Social workers said her parents died of AIDS, leaving her to fend for three siblings. "I don't know what to do but because I am the eldest, I have to take care of the children," she said sitting outside her mud-walled house, busy peeling sweet potatoes to prepare lunch for her siblings.

Orphans like Kandamiza are vulnerable and overwhelmed with domestic responsibilities. They often fall prey to adults who give them financial assistance and sexually exploit them, enhancing their risk of infection, social workers say.

MOTHER-TO-CHILD TRANSMISSION

Rwanda's babies are not spared the HIV/AIDS risk. According to UNICEF, mother-to-child transmission is the main type of HIV infection for Rwandan children under age 12.

The organisation estimates 40,000 infants are born to HIV-infected mothers annually. Half of these children contract the virus in the womb or through breast-feeding.

Aid agencies and the government have been providing antiretroviral drugs to some pregnant women.

They give nutritional counselling to mothers found to be HIV positive, advising them to stop breast-feeding to minimise possibilities of passing the disease to their babies, and offer family planning advice.

Some mothers say the efforts are bearing fruit.

"Before we used to think that we still needed more babies but now we are aware that we are infected we no longer think so," said Jackie, a mother of three who frequents the Kicukiro Health Centre in central Kigali.

People like Jackie suffer despite offers by drug companies to slash prices, experts say. For many Rwandans who can barely afford to feed themselves, prices are still too high.

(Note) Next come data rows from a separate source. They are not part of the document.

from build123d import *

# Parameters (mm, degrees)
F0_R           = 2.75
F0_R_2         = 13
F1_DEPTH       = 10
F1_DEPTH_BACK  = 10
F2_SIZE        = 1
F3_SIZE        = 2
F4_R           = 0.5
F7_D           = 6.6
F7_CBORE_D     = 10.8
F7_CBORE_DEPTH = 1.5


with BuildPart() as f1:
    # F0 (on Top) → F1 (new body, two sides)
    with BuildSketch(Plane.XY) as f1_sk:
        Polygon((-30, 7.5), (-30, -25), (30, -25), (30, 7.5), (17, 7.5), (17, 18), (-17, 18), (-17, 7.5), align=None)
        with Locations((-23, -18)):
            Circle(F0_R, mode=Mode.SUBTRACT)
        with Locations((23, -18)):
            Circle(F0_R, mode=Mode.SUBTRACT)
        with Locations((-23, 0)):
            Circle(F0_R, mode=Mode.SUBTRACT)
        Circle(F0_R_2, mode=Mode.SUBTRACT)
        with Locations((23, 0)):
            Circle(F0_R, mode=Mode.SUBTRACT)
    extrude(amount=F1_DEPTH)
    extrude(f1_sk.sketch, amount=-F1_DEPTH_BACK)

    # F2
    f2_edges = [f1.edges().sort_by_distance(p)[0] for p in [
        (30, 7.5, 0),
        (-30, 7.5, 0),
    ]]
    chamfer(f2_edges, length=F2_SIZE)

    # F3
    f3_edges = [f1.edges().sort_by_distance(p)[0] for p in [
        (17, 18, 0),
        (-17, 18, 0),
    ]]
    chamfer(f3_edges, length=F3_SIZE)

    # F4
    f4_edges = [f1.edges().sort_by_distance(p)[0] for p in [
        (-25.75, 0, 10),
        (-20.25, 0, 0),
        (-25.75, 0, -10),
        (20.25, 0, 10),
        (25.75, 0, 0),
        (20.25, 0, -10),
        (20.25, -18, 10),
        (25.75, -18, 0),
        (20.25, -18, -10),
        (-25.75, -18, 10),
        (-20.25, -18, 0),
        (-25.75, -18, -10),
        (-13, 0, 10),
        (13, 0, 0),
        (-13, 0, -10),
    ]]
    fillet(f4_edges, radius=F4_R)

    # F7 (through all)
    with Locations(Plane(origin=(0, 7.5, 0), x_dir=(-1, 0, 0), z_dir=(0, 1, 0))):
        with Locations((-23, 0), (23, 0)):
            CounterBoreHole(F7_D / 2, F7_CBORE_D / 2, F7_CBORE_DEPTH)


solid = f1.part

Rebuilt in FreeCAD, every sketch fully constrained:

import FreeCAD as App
import Part
import Sketcher
from FreeCAD import Vector


def edges_at(feature, points):
    """Names of the edges that pass closest to the given points."""
    edges = feature.Shape.Edges
    near = lambda p: min(range(len(edges)), key=lambda i: edges[i].distToShape(Part.Vertex(*p))[0])
    return sorted({f"Edge{near(p) + 1}" for p in points})

doc = App.newDocument("Part")
params = doc.addObject("Spreadsheet::Sheet", "Params")
for row, (alias, value) in enumerate([
    ("sketch1_diameter", "26 mm"),
    ("sketch1_diameter2", "5.5 mm"),
    ("sketch1_width", "60 mm"),
    ("sketch1_width2", "13 mm"),
    ("sketch1_height", "32.5 mm"),
    ("pad1_length", "10 mm"),
    ("pad1_length2", "10 mm"),
    ("chamfer_size", "1 mm"),
    ("chamfer2_size", "2 mm"),
    ("fillet_radius", "0.5 mm"),
    ("sketch2_diameter", "6.6 mm"),
    ("hole_diameter", "6.6 mm"),
    ("hole_cbore_diameter", "10.8 mm"),
    ("hole_cbore_depth", "1.5 mm"),
], start=1):
    params.set(f"A{row}", alias)
    params.set(f"B{row}", "=" + value)
    params.setAlias(f"B{row}", alias)

body = doc.addObject("PartDesign::Body", "Body")

# Sketch on XY plane
sketch1 = doc.addObject("Sketcher::SketchObject", "Sketch")
body.addObject(sketch1)
sketch1.AttachmentSupport = (doc.XY_Plane, [""])
sketch1.MapMode = "FlatFace"
sketch1.addGeometry([
    Part.LineSegment(Vector(-30, 7.5, 0), Vector(-30, -25, 0)),  # 0
    Part.LineSegment(Vector(-30, -25, 0), Vector(30, -25, 0)),  # 1
    Part.LineSegment(Vector(30, -25, 0), Vector(30, 7.5, 0)),  # 2
    Part.LineSegment(Vector(30, 7.5, 0), Vector(17, 7.5, 0)),  # 3
    Part.LineSegment(Vector(17, 7.5, 0), Vector(17, 18, 0)),  # 4
    Part.LineSegment(Vector(17, 18, 0), Vector(-17, 18, 0)),  # 5
    Part.LineSegment(Vector(-17, 18, 0), Vector(-17, 7.5, 0)),  # 6
    Part.LineSegment(Vector(-17, 7.5, 0), Vector(-30, 7.5, 0)),  # 7
    Part.Circle(Vector(-23, -18, 0), Vector(0, 0, 1), 2.8),  # 8
    Part.Circle(Vector(23, -18, 0), Vector(0, 0, 1), 2.8),  # 9
    Part.Circle(Vector(-23, 0, 0), Vector(0, 0, 1), 2.8),  # 10
    Part.Circle(Vector(0, 0, 0), Vector(0, 0, 1), 13),  # 11
    Part.Circle(Vector(23, 0, 0), Vector(0, 0, 1), 2.8),  # 12
], False)
sketch1.addConstraint([
    Sketcher.Constraint("Coincident", 0, 2, 1, 1),
    Sketcher.Constraint("Coincident", 1, 2, 2, 1),
    Sketcher.Constraint("Coincident", 2, 2, 3, 1),
    Sketcher.Constraint("Coincident", 3, 2, 4, 1),
    Sketcher.Constraint("Coincident", 4, 2, 5, 1),
    Sketcher.Constraint("Coincident", 5, 2, 6, 1),
    Sketcher.Constraint("Coincident", 6, 2, 7, 1),
    Sketcher.Constraint("Coincident", 7, 2, 0, 1),
    Sketcher.Constraint("Vertical", 0),
    Sketcher.Constraint("Horizontal", 1),
    Sketcher.Constraint("Vertical", 2),
    Sketcher.Constraint("Horizontal", 3),
    Sketcher.Constraint("Vertical", 4),
    Sketcher.Constraint("Horizontal", 5),
    Sketcher.Constraint("Vertical", 6),
    Sketcher.Constraint("Horizontal", 7),
    Sketcher.Constraint("Coincident", 11, 3, -1, 1),
    Sketcher.Constraint("Equal", 8, 9),
    Sketcher.Constraint("Equal", 9, 10),
    Sketcher.Constraint("Equal", 10, 12),
    Sketcher.Constraint("Symmetric", 10, 3, 12, 3, -1, 1),
    Sketcher.Constraint("Symmetric", 8, 3, 9, 3, -2),
    Sketcher.Constraint("Symmetric", 3, 2, 6, 2, -2),
    Sketcher.Constraint("PointOnObject", 10, 3, -1),
    Sketcher.Constraint("Vertical", 8, 3, 10, 3),
    Sketcher.Constraint("Equal", 3, 7),
    Sketcher.Constraint("Diameter", 11, 26.0),
    Sketcher.Constraint("Diameter", 8, 5.5),
    Sketcher.Constraint("DistanceX", 1, 1, 1, 2, 60.0),
    Sketcher.Constraint("DistanceX", 3, 2, 3, 1, 13.0),
    Sketcher.Constraint("DistanceY", 0, 2, 0, 1, 32.5),
    Sketcher.Constraint("DistanceY", 4, 1, 4, 2, 10.5),
    Sketcher.Constraint("DistanceX", 8, 3, -1, 1, 23.0),
    Sketcher.Constraint("DistanceY", 8, 3, -1, 1, 18.0),
    Sketcher.Constraint("DistanceY", 0, 2, -1, 1, 25.0),
])
sketch1.setExpression("Constraints[26]", "Params.sketch1_diameter")
sketch1.setExpression("Constraints[27]", "Params.sketch1_diameter2")
sketch1.setExpression("Constraints[28]", "Params.sketch1_width")
sketch1.setExpression("Constraints[29]", "Params.sketch1_width2")
sketch1.setExpression("Constraints[30]", "Params.sketch1_height")
pad1 = doc.addObject("PartDesign::Pad", "Pad")
body.addObject(pad1)
pad1.Profile = sketch1
pad1.Type = "TwoLengths"
pad1.setExpression("Length", "Params.pad1_length")
pad1.setExpression("Length2", "Params.pad1_length2")
doc.recompute()

chamfer = doc.addObject("PartDesign::Chamfer", "Chamfer")
body.addObject(chamfer)
chamfer.Base = (pad1, edges_at(pad1, [(30, 7.5, 0), (-30, 7.5, 0)]))
chamfer.setExpression("Size", "Params.chamfer_size")
doc.recompute()

chamfer2 = doc.addObject("PartDesign::Chamfer", "Chamfer001")
body.addObject(chamfer2)
chamfer2.Base = (chamfer, edges_at(chamfer, [(17, 18, 0), (-17, 18, 0)]))
chamfer2.setExpression("Size", "Params.chamfer2_size")
doc.recompute()

fillet = doc.addObject("PartDesign::Fillet", "Fillet")
body.addObject(fillet)
fillet.Base = (chamfer2, edges_at(chamfer2, [
    (-25.75, 0, 10),
    (-20.25, 0, -5),
    (-25.75, 0, -10),
    (20.25, 0, 10),
    (25.75, 0, -5),
    (20.25, 0, -10),
    (20.25, -18, 10),
    (25.75, -18, -5),
    (20.25, -18, -10),
    (-25.75, -18, 10),
    (-20.25, -18, -5),
    (-25.75, -18, -10),
    (-13, 0, 10),
    (13, 0, -5),
    (-13, 0, -10),
]))
fillet.setExpression("Radius", "Params.fillet_radius")

# Sketch on XZ plane
sketch2 = doc.addObject("Sketcher::SketchObject", "Sketch001")
body.addObject(sketch2)
sketch2.AttachmentSupport = (doc.XZ_Plane, [""])
sketch2.MapMode = "FlatFace"
sketch2.AttachmentOffset = App.Placement(Vector(0, 0, -7.5), App.Rotation())
sketch2.addGeometry([
    Part.Circle(Vector(23, 0, 0), Vector(0, 0, 1), 3.3),
    Part.Circle(Vector(-23, 0, 0), Vector(0, 0, 1), 3.3),
], False)
sketch2.addConstraint([
    Sketcher.Constraint("Equal", 0, 1),
    Sketcher.Constraint("Symmetric", 0, 3, 1, 3, -1, 1),
    Sketcher.Constraint("PointOnObject", 0, 3, -1),
    Sketcher.Constraint("Diameter", 0, 6.6),
    Sketcher.Constraint("DistanceX", -1, 1, 0, 3, 23.0),
])
sketch2.setExpression("Constraints[3]", "Params.sketch2_diameter")
doc.recompute()
hole = doc.addObject("PartDesign::Hole", "Hole")
body.addObject(hole)
hole.Profile = sketch2
hole.ThreadType = "None"
hole.setExpression("Diameter", "Params.hole_diameter")
hole.DepthType = "ThroughAll"
hole.HoleCutType = "Counterbore"
hole.setExpression("HoleCutDiameter", "Params.hole_cbore_diameter")
hole.setExpression("HoleCutDepth", "Params.hole_cbore_depth")
hole.Reversed = True

doc.recompute()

"The area of treatment of the infected with antiretroviral drugs, as well as treatment of opportunistic infections, is still lagging behind," Limlim said. AIDS drugs cost $622 a month per person, beyond the reach of many Rwandans who earn less than a dollar a day.

AIDS STILL HAS STIGMA

Fighting the AIDS pandemic has been slow because most Rwandans shun talking openly about the disease, and experts point to a sluggish acceptance of using condoms.

There is still widespread denial because of the stigma of the disease and many people who lose their relatives say they died of tuberculosis, malaria or were bewitched.

President Paul Kagame's government has been preaching to Rwandans to abstain from sex or have one partner, with the use of condoms a third option, but the message will take time.

"The acceptance (of condoms) in Rwanda is not easy because it is not in African culture. People ask "how can you chew gum in a packet?" Awasum said.